# Women's Bike - Trek, Felt, Other?



## Gordon Gekko

Hello. My wife and I are shopping for a new bike for her. I began road biking a few weeks ago and love it (I used to mountain bike; though I've been inactive for a couple of years). She is new to biking, but we both think she will like it enough to invest in a good bike. 

Our criteria, so far, has been:
1. Get a bike that is roughly comparable to my bike (I got a deal on a prior year's model Felt F3, a full carbon bike with DA components). 
2. Get 105 components, at least. 
3. Spend ~2k for bike, pedals, helmet, shoes. 

Given our criteria, we have honed in on bikes from major manufacturers with aluminum frames with carbon forks/stays and 105 components. Here are some bikes she has seen or ridden. 

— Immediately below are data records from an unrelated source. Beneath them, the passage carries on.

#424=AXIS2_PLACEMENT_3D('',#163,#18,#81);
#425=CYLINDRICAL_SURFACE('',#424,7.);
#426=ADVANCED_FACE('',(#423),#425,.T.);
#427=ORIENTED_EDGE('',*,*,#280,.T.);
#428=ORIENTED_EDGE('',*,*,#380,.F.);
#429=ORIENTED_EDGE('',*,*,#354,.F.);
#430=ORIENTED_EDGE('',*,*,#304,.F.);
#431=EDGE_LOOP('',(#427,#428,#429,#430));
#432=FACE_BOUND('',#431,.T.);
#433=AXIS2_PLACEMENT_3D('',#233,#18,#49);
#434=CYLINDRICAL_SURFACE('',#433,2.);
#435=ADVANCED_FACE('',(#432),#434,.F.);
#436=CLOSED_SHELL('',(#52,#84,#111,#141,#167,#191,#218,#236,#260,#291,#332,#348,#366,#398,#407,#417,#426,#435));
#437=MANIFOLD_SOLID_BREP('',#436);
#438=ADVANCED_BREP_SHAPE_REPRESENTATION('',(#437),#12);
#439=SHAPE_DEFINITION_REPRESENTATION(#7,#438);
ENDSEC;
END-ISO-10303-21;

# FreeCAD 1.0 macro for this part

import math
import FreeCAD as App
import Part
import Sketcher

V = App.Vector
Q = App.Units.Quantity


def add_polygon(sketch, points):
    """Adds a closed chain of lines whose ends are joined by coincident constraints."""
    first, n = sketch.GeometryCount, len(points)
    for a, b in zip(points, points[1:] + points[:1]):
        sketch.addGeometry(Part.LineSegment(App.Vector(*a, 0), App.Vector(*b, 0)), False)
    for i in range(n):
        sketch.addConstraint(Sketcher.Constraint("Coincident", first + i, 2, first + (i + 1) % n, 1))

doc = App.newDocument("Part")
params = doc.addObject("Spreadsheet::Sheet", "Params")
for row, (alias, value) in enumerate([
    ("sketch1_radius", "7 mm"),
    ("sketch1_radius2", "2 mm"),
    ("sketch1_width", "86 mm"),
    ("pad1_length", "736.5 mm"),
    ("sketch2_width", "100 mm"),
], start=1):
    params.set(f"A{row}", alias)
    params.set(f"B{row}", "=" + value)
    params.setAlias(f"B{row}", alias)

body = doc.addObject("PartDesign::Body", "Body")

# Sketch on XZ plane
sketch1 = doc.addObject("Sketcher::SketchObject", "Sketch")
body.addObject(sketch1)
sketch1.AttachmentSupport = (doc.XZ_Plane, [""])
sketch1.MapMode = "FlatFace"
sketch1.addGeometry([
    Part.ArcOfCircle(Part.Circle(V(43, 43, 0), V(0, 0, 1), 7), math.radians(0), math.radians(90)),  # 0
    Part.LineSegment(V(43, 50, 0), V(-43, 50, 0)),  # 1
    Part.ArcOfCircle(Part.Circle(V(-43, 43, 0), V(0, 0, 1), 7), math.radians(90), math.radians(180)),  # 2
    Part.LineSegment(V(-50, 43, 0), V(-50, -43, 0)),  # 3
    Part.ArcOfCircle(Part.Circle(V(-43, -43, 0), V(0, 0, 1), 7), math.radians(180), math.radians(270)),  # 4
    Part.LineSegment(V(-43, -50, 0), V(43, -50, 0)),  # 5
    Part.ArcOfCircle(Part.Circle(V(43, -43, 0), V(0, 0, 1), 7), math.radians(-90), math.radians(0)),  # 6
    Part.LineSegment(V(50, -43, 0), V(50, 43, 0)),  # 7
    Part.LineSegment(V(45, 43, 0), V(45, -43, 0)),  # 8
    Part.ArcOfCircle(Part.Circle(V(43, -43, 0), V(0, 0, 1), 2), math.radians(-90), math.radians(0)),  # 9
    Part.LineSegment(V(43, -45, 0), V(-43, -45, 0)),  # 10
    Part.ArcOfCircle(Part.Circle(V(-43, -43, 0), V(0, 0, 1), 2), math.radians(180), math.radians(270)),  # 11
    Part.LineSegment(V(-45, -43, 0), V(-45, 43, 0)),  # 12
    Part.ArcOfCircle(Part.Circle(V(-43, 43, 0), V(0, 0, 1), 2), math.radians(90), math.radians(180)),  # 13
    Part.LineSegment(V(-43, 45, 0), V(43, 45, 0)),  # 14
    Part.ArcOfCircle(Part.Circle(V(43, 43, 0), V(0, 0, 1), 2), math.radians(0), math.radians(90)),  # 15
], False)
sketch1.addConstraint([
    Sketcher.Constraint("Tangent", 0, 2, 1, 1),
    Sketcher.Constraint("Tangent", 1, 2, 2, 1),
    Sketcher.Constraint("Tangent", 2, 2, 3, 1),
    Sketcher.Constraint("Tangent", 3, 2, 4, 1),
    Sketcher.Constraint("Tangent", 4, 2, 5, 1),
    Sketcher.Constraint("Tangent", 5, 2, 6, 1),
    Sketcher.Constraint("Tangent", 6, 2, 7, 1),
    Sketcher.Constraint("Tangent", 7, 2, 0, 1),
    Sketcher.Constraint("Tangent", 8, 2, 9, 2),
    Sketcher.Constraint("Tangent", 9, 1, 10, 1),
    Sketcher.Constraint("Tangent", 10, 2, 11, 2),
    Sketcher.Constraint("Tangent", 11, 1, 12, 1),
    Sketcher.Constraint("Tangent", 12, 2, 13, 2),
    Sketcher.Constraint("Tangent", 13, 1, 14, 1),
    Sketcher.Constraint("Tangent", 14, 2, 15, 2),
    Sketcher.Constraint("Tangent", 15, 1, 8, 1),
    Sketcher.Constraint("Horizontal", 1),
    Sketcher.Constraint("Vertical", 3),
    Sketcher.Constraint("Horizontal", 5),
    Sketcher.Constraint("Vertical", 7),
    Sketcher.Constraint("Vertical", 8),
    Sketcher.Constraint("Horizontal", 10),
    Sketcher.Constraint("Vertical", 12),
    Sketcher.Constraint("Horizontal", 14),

*Her top choice: Trek 2.1 WSD ($1,500)*
Frame: Aluminum with carbon fork and stays. 
Components: 105 shifters, front derailer, crank and cassette; ultegra rear derailer. 
Weight: ?
URL: http://www.trekbikes.com/women/wsd_products/bikes/2008/road/23wsd

*Her second choice: Felt FW25 ($1,650)*
Frame: Aluminum with carbon fork and stays. 
Components: Shimano ST-R700 shifters; ultegra deraillauers; shimano crank.
Weight: 18.46 lbs. (47cm)
URL: http://www.feltracing.com/08/product.asp?catid=1504,1508&pid=8690

Does anyone have a preference between these two bikes? Anything else we should consider? Thanks in advance.


----------



## il sogno

You might want to look into the Orbea women's bike. Specialized makes a pretty good women's bike too.


----------



## greenlime

I looked at the Trek 2.1 and the Felt FW3 this last summer. The FW25 is this year's version. Although I have previously owned 2 Treks, this was my first time trying a women's specific frame. I liked both but the Felt seemed lighter and appealed to me more. It seemed to have better components for the money. One thing that I would consider is whether she wants a triple crankset or a compact double. Coming from mtn. biking, a triple might appeal. The Felt also had shorter reach brake levers for my small hands and are noticeably comfortable. In the end, go with her gut and how you like the shop service.


----------



## Gordon Gekko

Trek revamped its Madone line this year, which includes the WSD bikes beginning with the 4.5 (which is the next step above the 2.1). My wifed ended-up buying a new 4.5 WSD because she liked the way it rode, she liked the full carbon frame (vs the aluminum frames she started looking at), she liked the colors of the bike, and she liked the bike shop. As a bonus, the bike came with a triple (versus a compact) which should make it easier for her to climb.


----------



## il sogno

Gordon Gekko said:


> Trek revamped its Madone line this year, which includes the WSD bikes beginning with the 4.5 (which is the next step above the 2.1). My wifed ended-up buying a new 4.5 WSD because she liked the way it rode, she liked the full carbon frame (vs the aluminum frames she started looking at), she liked the colors of the bike, and she liked the bike shop. As a bonus, the bike came with a triple (versus a compact) which should make it easier for her to climb.


Oh that's nice! :thumbsup:


----------